For the Node.js frontend, you don’t stop the service before building. The build writes to dist/, not to the running process. Build first, then restart to pick up the new files:
sudo -u deploy npm run build
systemctl restart myapp-astro-stagingbashReading Logs#
systemd captures stdout and stderr from your service automatically. Write to stdout in your app and it shows up in the journal.
# Follow in real time
journalctl -u myapp-backend-staging -f
# Last 100 lines, no pager
journalctl -u myapp-backend-staging -n 100 --no-pager
# Since last boot
journalctl -u myapp-backend-staging -b
# With full timestamps
journalctl -u myapp-backend-staging --output=short-isobashIf your app is failing to start, journalctl -u myapp -n 50 --no-pager immediately after systemctl start will show you why. Don’t reach for systemctl status first. The status output truncates the error message.
Common Gotchas#
| Problem | Cause | Fix |
|---|---|---|
| Subprocess fails with EACCES | ProtectHome=yes blocks ~/.config access | Redirect cache dirs via Environment=, or don’t spawn build tools from the service |
| App can’t write to its data directory | ProtectSystem=strict without a matching ReadWritePaths | Add the directory to ReadWritePaths |
| App can’t find a relative file path | WorkingDirectory not set or wrong | Set WorkingDirectory to the directory your app expects |
EnvironmentFile not loaded | File doesn’t exist at that path | Check the path and that the file exists before starting the service |
text file busy on deploy | Binary still running when you try to overwrite it | systemctl stop before rebuilding |
| Service restarts immediately after stopping | Restart=always with no start-limit configured | Use Restart=on-failure or adjust StartLimitBurst |
Is This Right for You?#
This approach works well if:
- You’re running a small number of long-running processes on a VPS
- You want automatic restarts and structured logs without adding a process manager tool
- You can tolerate a second of downtime during Go binary deploys
It’s worth knowing the limits:
Zero-downtime deploys require pre-building to a temp path and swapping atomically. The stop-build-start pattern has a gap. For a personal project that’s acceptable; for something that needs continuous availability it isn’t.

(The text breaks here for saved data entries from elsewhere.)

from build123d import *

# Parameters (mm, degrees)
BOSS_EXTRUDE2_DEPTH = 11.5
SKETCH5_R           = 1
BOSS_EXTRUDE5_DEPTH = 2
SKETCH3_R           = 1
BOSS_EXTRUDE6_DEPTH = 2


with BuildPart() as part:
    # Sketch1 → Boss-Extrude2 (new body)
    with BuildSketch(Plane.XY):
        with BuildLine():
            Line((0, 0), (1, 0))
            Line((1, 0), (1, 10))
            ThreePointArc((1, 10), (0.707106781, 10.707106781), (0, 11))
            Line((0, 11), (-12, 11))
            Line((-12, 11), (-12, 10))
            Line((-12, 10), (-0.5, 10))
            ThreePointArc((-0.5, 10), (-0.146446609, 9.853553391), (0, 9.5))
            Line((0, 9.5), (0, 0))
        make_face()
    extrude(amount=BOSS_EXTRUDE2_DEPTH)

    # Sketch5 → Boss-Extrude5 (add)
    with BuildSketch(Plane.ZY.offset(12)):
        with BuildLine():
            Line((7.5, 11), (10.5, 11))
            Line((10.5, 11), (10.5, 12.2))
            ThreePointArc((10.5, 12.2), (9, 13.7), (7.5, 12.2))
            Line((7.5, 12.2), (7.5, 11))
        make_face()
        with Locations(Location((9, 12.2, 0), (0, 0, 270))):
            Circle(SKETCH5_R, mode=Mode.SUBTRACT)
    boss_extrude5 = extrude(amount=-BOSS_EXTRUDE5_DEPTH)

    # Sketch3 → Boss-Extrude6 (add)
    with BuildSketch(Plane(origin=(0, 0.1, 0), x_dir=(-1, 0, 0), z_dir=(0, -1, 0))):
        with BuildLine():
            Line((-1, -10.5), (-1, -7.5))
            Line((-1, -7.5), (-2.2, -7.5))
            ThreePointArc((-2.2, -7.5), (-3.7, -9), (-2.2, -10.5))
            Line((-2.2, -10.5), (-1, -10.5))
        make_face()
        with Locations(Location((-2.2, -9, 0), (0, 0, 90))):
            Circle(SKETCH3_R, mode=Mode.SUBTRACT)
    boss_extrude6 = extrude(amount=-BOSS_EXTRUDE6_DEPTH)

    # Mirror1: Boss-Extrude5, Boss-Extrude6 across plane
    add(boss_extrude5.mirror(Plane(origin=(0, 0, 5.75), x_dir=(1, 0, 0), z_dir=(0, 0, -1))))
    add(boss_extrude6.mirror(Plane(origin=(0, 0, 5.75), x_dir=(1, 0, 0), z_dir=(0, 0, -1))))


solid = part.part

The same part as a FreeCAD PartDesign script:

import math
import FreeCAD as App
import Part
import Sketcher
from FreeCAD import Vector

doc = App.newDocument("Part")
body = doc.addObject("PartDesign::Body", "Body")

# Sketch on XY plane
sketch1 = doc.addObject("Sketcher::SketchObject", "Sketch")
body.addObject(sketch1)
sketch1.AttachmentSupport = (doc.XY_Plane, [""])
sketch1.MapMode = "FlatFace"
sketch1.addGeometry(Part.LineSegment(Vector(0, 0, 0), Vector(1, 0, 0)), False)
sketch1.addGeometry(Part.LineSegment(Vector(1, 0, 0), Vector(1, 10, 0)), False)
sketch1.addGeometry(Part.ArcOfCircle(Part.Circle(Vector(0, 10, 0), Vector(0, 0, 1), 1), math.radians(0), math.radians(90)), False)
sketch1.addGeometry(Part.LineSegment(Vector(0, 11, 0), Vector(-12, 11, 0)), False)
sketch1.addGeometry(Part.LineSegment(Vector(-12, 11, 0), Vector(-12, 10, 0)), False)
sketch1.addGeometry(Part.LineSegment(Vector(-12, 10, 0), Vector(-0.5, 10, 0)), False)
sketch1.addGeometry(Part.ArcOfCircle(Part.Circle(Vector(-0.5, 9.5, 0), Vector(0, 0, 1), 0.5), math.radians(0), math.radians(90)), False)
sketch1.addGeometry(Part.LineSegment(Vector(0, 9.5, 0), Vector(0, 0, 0)), False)
sketch1.addConstraint(Sketcher.Constraint("Coincident", 0, 2, 1, 1))
sketch1.addConstraint(Sketcher.Constraint("Tangent", 1, 2, 2, 1))
sketch1.addConstraint(Sketcher.Constraint("Tangent", 2, 2, 3, 1))
sketch1.addConstraint(Sketcher.Constraint("Coincident", 3, 2, 4, 1))
sketch1.addConstraint(Sketcher.Constraint("Coincident", 4, 2, 5, 1))
sketch1.addConstraint(Sketcher.Constraint("Tangent", 5, 2, 6, 2))
sketch1.addConstraint(Sketcher.Constraint("Tangent", 6, 1, 7, 1))
sketch1.addConstraint(Sketcher.Constraint("Coincident", 7, 2, 0, 1))
sketch1.addConstraint(Sketcher.Constraint("Horizontal", 0))
sketch1.addConstraint(Sketcher.Constraint("Vertical", 1))
sketch1.addConstraint(Sketcher.Constraint("Horizontal", 3))
sketch1.addConstraint(Sketcher.Constraint("Vertical", 4))
sketch1.addConstraint(Sketcher.Constraint("Horizontal", 5))
sketch1.addConstraint(Sketcher.Constraint("Vertical", 7))
sketch1.addConstraint(Sketcher.Constraint("Coincident", 7, 2, -1, 1))
sketch1.addConstraint(Sketcher.Constraint("PointOnObject", 2, 3, -2))
sketch1.addConstraint(Sketcher.Constraint("Horizontal", 1, 2, 4, 2))
sketch1.addConstraint(Sketcher.Constraint("Radius", 2, 1.0))
sketch1.addConstraint(Sketcher.Constraint("Radius", 6, 0.5))
sketch1.addConstraint(Sketcher.Constraint("DistanceX", 3, 2, 3, 1, 12.0))
sketch1.addConstraint(Sketcher.Constraint("DistanceY", 1, 1, 1, 2, 10.0))
pad1 = doc.addObject("PartDesign::Pad", "Pad")
body.addObject(pad1)
pad1.Profile = sketch1
pad1.Length = 11.5

# Sketch on YZ plane
sketch2 = doc.addObject("Sketcher::SketchObject", "Sketch001")
body.addObject(sketch2)
sketch2.AttachmentSupport = (doc.YZ_Plane, [""])
sketch2.MapMode = "FlatFace"
sketch2.AttachmentOffset = App.Placement(Vector(0, 0, -12), App.Rotation())
sketch2.addGeometry(Part.LineSegment(Vector(11, 7.5, 0), Vector(11, 10.5, 0)), False)
sketch2.addGeometry(Part.LineSegment(Vector(11, 10.5, 0), Vector(12.2, 10.5, 0)), False)
sketch2.addGeometry(Part.ArcOfCircle(Part.Circle(Vector(12.2, 9, 0), Vector(0, 0, 1), 1.5), math.radians(-90), math.radians(90)), False)
sketch2.addGeometry(Part.LineSegment(Vector(12.2, 7.5, 0), Vector(11, 7.5, 0)), False)
sketch2.addGeometry(Part.Circle(Vector(12.2, 9, 0), Vector(0, 0, 1), 1), False)
sketch2.addConstraint(Sketcher.Constraint("Coincident", 0, 2, 1, 1))
sketch2.addConstraint(Sketcher.Constraint("Tangent", 1, 2, 2, 2))
sketch2.addConstraint(Sketcher.Constraint("Tangent", 2, 1, 3, 1))
sketch2.addConstraint(Sketcher.Constraint("Coincident", 3, 2, 0, 1))
sketch2.addConstraint(Sketcher.Constraint("Vertical", 0))
sketch2.addConstraint(Sketcher.Constraint("Horizontal", 1))
sketch2.addConstraint(Sketcher.Constraint("Horizontal", 3))
sketch2.addConstraint(Sketcher.Constraint("Coincident", 4, 3, 2, 3))
sketch2.addConstraint(Sketcher.Constraint("Diameter", 4, 2.0))
sketch2.addConstraint(Sketcher.Constraint("Radius", 2, 1.5))
sketch2.addConstraint(Sketcher.Constraint("DistanceX", 1, 1, 1, 2, 1.2))
sketch2.addConstraint(Sketcher.Constraint("DistanceY", -1, 1, 2, 3, 9.0))
sketch2.addConstraint(Sketcher.Constraint("DistanceX", -1, 1, 0, 2, 11.0))
pad2 = doc.addObject("PartDesign::Pad", "Pad001")
body.addObject(pad2)
pad2.Profile = sketch2
pad2.Length = 2

# Sketch on XZ plane
sketch3 = doc.addObject("Sketcher::SketchObject", "Sketch002")
body.addObject(sketch3)
sketch3.AttachmentSupport = (doc.XZ_Plane, [""])
sketch3.MapMode = "FlatFace"
sketch3.AttachmentOffset = App.Placement(Vector(0, 0, -0.1), App.Rotation())
sketch3.addGeometry(Part.LineSegment(Vector(1, 10.5, 0), Vector(1, 7.5, 0)), False)
sketch3.addGeometry(Part.LineSegment(Vector(1, 7.5, 0), Vector(2.2, 7.5, 0)), False)
sketch3.addGeometry(Part.ArcOfCircle(Part.Circle(Vector(2.2, 9, 0), Vector(0, 0, 1), 1.5), math.radians(-90), math.radians(90)), False)
sketch3.addGeometry(Part.LineSegment(Vector(2.2, 10.5, 0), Vector(1, 10.5, 0)), False)
sketch3.addGeometry(Part.Circle(Vector(2.2, 9, 0), Vector(0, 0, 1), 1), False)
sketch3.addConstraint(Sketcher.Constraint("Coincident", 0, 2, 1, 1))
sketch3.addConstraint(Sketcher.Constraint("Tangent", 1, 2, 2, 1))
sketch3.addConstraint(Sketcher.Constraint("Tangent", 2, 2, 3, 1))
sketch3.addConstraint(Sketcher.Constraint("Coincident", 3, 2, 0, 1))
sketch3.addConstraint(Sketcher.Constraint("Vertical", 0))
sketch3.addConstraint(Sketcher.Constraint("Horizontal", 1))
sketch3.addConstraint(Sketcher.Constraint("Horizontal", 3))
sketch3.addConstraint(Sketcher.Constraint("Coincident", 4, 3, 2, 3))
sketch3.addConstraint(Sketcher.Constraint("Diameter", 4, 2.0))
sketch3.addConstraint(Sketcher.Constraint("Radius", 2, 1.5))
sketch3.addConstraint(Sketcher.Constraint("DistanceX", 1, 1, 1, 2, 1.2))
sketch3.addConstraint(Sketcher.Constraint("DistanceY", -1, 1, 2, 3, 9.0))
sketch3.addConstraint(Sketcher.Constraint("DistanceX", -1, 1, 0, 2, 1.0))
pad3 = doc.addObject("PartDesign::Pad", "Pad002")
body.addObject(pad3)
pad3.Profile = sketch3
pad3.Length = 2
pad3.Reversed = True
doc.recompute()

datumplane = doc.addObject("PartDesign::Plane", "DatumPlane")
body.addObject(datumplane)
datumplane.AttachmentSupport = (doc.XY_Plane, [""])
datumplane.MapMode = "FlatFace"
datumplane.AttachmentOffset = App.Placement(Vector(0, 0, 5.75), App.Rotation())
mirrored = doc.addObject("PartDesign::Mirrored", "Mirrored")
body.addObject(mirrored)
mirrored.Originals = [pad2, pad3]
mirrored.MirrorPlane = (datumplane, [""])
body.Tip = mirrored

doc.recompute()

Many services means many unit files. systemd’s tooling is all CLI. If you have more than a dozen services, a tool like Coolify might be worth the tradeoff.
Complex startup ordering: if your app needs a database to be healthy before it starts, After=network.target isn’t enough. systemd has a full dependency system for this, but it’s more involved than what’s covered here.
For the common case of two or three processes on a single VPS, this is all you need. The unit files above run exactly as written in production. No surprises.